Finalmente nos hemos dado cuenta de que, no es cuestión de tiempo, espacio, ni tampoco de en qué mes del año nos encontremos.
Es mas bien una cuestión de desencuentros, cuando dos almas están destinadas a amarse pero al mismo tiempo, se encuentran condenadas a no entenderse.
Tu y yo nunca nos entendimos. Somos en realidad tan diferentes;
Tú tan frío y duro, yo tan absurdamente sentimental.
Tú tan egoísta, yo tan altruista.
Tú tan dueño de tu destino, yo a veces tan dueña del mío, y otras en cambio una hoja mecida por el viento.
Tú tan constante y perseverante, yo tan pusilánime e insignificante.
Tú tan egocéntrico, yo tan alocéntrica.
(...)
Pero en cambio, siempre hubo dos cosas en las que coincidimos;
Toxicidad y dependencia para con el otro.
(...)
No sé si realmente era amor. Sé que por mi parte lo fue. Puro, sincero, tácito, intenso y desinteresado.
¿Por la tuya? Después de lo ocurrido éstos últimos días y todas las cosas que me has dicho (junto a las que no dijiste y me enviaste en forma de dardos envenenados) he empezado a dudarlo.
Creo que realmente, lo único que te unía mí era el cómo te hacía sentir cuando estaba a tu alrededor.
Te enamoraste de ti mismo y de la persona en la que te convertías cuando estaba a tu lado.
Y acabaste tan, pero tan enamorado de ése reflejo tuyo, que lo confundiste con amor hacía mí, cuando en realidad era éso, amor propio.
Porque sí, pese a venir con el "san benito" en la frente de haber cambiado para conquistarme y engañarme poco a poco, no cambiaste ni un ápice.
Porque al final del todo, es cuando enseñaste tu verdadero rostro.

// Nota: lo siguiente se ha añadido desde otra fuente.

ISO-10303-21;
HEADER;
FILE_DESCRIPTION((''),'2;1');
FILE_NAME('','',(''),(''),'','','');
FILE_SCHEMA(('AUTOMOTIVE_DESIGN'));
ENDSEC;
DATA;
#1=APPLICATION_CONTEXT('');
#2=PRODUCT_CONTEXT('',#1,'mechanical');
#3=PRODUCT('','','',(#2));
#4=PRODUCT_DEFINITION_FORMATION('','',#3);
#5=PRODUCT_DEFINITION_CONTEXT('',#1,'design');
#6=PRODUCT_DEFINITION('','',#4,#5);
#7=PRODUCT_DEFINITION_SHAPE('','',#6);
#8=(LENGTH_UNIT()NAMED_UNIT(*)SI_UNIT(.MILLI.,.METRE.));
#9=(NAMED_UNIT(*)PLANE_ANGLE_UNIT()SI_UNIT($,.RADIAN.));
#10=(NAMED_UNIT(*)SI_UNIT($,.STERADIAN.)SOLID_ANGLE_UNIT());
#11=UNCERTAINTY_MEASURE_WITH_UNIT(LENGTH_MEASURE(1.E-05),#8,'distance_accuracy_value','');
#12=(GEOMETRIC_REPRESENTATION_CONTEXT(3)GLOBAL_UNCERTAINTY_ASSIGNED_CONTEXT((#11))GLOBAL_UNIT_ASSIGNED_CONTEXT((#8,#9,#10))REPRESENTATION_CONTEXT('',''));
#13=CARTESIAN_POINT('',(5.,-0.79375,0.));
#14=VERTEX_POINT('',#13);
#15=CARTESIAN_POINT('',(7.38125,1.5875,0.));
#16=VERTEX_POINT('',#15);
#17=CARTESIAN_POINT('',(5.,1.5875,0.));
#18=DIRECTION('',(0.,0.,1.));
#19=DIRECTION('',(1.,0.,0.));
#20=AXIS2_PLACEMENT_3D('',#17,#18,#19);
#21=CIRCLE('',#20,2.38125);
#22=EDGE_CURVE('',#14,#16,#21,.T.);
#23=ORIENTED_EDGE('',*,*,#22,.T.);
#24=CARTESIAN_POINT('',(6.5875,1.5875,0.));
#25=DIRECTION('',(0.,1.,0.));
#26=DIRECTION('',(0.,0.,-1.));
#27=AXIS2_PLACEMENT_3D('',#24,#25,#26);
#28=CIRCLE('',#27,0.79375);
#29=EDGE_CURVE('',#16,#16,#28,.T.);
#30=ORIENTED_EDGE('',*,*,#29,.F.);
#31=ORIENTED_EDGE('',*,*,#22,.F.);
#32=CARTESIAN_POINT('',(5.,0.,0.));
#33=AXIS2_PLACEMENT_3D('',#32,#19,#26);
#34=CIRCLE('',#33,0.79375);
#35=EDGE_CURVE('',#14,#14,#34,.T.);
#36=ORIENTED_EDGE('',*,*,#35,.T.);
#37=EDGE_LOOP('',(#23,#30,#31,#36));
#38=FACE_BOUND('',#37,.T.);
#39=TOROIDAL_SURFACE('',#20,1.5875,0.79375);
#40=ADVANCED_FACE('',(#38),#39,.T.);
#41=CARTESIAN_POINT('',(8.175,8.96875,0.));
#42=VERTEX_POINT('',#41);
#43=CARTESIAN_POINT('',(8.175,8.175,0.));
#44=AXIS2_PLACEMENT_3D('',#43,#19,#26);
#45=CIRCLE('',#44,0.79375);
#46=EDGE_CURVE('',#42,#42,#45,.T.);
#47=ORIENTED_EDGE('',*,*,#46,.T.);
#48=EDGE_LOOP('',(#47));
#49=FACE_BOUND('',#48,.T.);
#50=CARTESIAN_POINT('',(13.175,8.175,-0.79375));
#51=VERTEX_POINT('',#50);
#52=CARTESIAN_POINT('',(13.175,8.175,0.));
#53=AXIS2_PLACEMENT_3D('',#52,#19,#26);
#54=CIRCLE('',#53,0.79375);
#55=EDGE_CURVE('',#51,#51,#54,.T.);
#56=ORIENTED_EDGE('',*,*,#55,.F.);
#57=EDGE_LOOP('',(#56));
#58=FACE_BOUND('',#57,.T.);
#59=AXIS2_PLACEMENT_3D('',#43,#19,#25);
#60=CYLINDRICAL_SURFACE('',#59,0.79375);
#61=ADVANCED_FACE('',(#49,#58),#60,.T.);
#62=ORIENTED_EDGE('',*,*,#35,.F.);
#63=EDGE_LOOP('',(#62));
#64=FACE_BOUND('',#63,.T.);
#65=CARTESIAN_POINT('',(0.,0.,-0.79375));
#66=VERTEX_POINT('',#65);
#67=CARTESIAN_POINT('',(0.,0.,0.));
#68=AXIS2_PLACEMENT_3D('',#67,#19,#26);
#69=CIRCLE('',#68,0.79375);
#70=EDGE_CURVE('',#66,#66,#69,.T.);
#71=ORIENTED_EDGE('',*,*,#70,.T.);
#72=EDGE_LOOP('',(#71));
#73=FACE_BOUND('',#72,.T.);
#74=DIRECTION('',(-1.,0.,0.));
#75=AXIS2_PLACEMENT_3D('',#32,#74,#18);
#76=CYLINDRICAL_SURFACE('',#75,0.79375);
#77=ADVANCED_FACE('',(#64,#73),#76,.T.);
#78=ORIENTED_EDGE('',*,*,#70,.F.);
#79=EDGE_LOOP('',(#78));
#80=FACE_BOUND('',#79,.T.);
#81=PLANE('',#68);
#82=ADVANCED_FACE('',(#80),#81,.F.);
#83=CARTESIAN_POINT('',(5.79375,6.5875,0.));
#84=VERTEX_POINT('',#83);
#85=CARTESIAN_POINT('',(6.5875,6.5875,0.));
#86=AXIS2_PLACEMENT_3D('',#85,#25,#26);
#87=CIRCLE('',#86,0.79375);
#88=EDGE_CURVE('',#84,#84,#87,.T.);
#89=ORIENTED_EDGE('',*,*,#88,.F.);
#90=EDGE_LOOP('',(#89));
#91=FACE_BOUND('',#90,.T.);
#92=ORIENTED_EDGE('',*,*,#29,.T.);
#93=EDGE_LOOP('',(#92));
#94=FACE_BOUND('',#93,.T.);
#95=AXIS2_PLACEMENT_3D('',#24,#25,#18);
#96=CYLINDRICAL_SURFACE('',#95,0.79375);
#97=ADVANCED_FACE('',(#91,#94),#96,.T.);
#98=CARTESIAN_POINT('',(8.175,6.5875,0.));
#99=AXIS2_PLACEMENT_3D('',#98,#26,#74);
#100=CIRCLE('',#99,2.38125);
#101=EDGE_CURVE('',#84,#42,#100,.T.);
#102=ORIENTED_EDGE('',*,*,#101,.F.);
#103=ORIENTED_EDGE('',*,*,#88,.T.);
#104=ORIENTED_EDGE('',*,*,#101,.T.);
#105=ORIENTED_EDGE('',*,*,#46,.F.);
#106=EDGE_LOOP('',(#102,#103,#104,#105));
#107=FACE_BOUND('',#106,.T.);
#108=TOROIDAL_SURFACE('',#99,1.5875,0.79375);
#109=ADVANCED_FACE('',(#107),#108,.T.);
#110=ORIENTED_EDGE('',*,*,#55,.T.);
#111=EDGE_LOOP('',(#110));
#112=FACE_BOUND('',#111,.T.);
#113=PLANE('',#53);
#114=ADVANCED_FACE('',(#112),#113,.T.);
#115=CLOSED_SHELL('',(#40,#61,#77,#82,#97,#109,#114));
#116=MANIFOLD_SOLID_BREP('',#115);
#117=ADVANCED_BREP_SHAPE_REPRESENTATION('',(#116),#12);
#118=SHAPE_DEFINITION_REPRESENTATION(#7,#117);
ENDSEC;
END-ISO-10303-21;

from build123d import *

# Parameters (mm, degrees)
SKETCH2_R = 0.79375


with BuildPart() as part:
    # Sweep1: sweep along a path in Sketch1
    with BuildLine(Plane.XY) as sweep1_path:
        Line((0, 0), (5, 0))
        ThreePointArc((5, 0), (6.122532015, 0.464967985), (6.5875, 1.5875))
        Line((6.5875, 1.5875), (6.5875, 6.5875))
        ThreePointArc((6.5875, 6.5875), (7.052467985, 7.710032015), (8.175, 8.175))
        Line((8.175, 8.175), (13.175, 8.175))
    # Sketch2 → Sweep1 (sweep)
    with BuildSketch(Plane(origin=(0, 0, 0), x_dir=(0, 0, -1), z_dir=(1, 0, 0))):
        Circle(SKETCH2_R)
    sweep(path=sweep1_path.line)


solid = part.part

Ése rostro que mi corazón se empeñó en enterrar, mientras que mi cerebro me decía alto y claro:
"No, no lo hagas. Hay algo que no encaja. Retrocede, o al final saldrás herida otra vez".
Admítelo, tu cambio fue una vil mentira, un espejismo, un arma arrojadiza de la que te valiste para enamorarme y conseguir tu propósito.
(...)
¿Ahora? Es tiempo de recoger los pocos pedazos que quedan de mí, de mi vida, endurecerme y aprender.
Aprender a darle todo de mi a quién verdaderamente lo merezca y no a quién alardeé de conocerme hace 20 años, y no haya hecho nunca una mierda por mí.
Aprender a decir "no", "basta" y "hasta aquí"a todo lo que no me beneficie personal y anímicamente.
Aprender a mirar más por mí, y menos por los demás.
Aprender a querer más y mejor a quien me quiere y menos a quién dice quererme.
Aprender que hay personas que nunca cambian.
Aprender que cada uno hace lo que le nace en cada momento, y no por ello he de esperar que actúen como yo lo haría o me gustaría.
Y seguir adelante, volver a ser yo.
Porque quiero y puedo volver a ser yo.
Porque a monstruos más grandes y terroríficos me he enfrentado, y he salido victoriosa.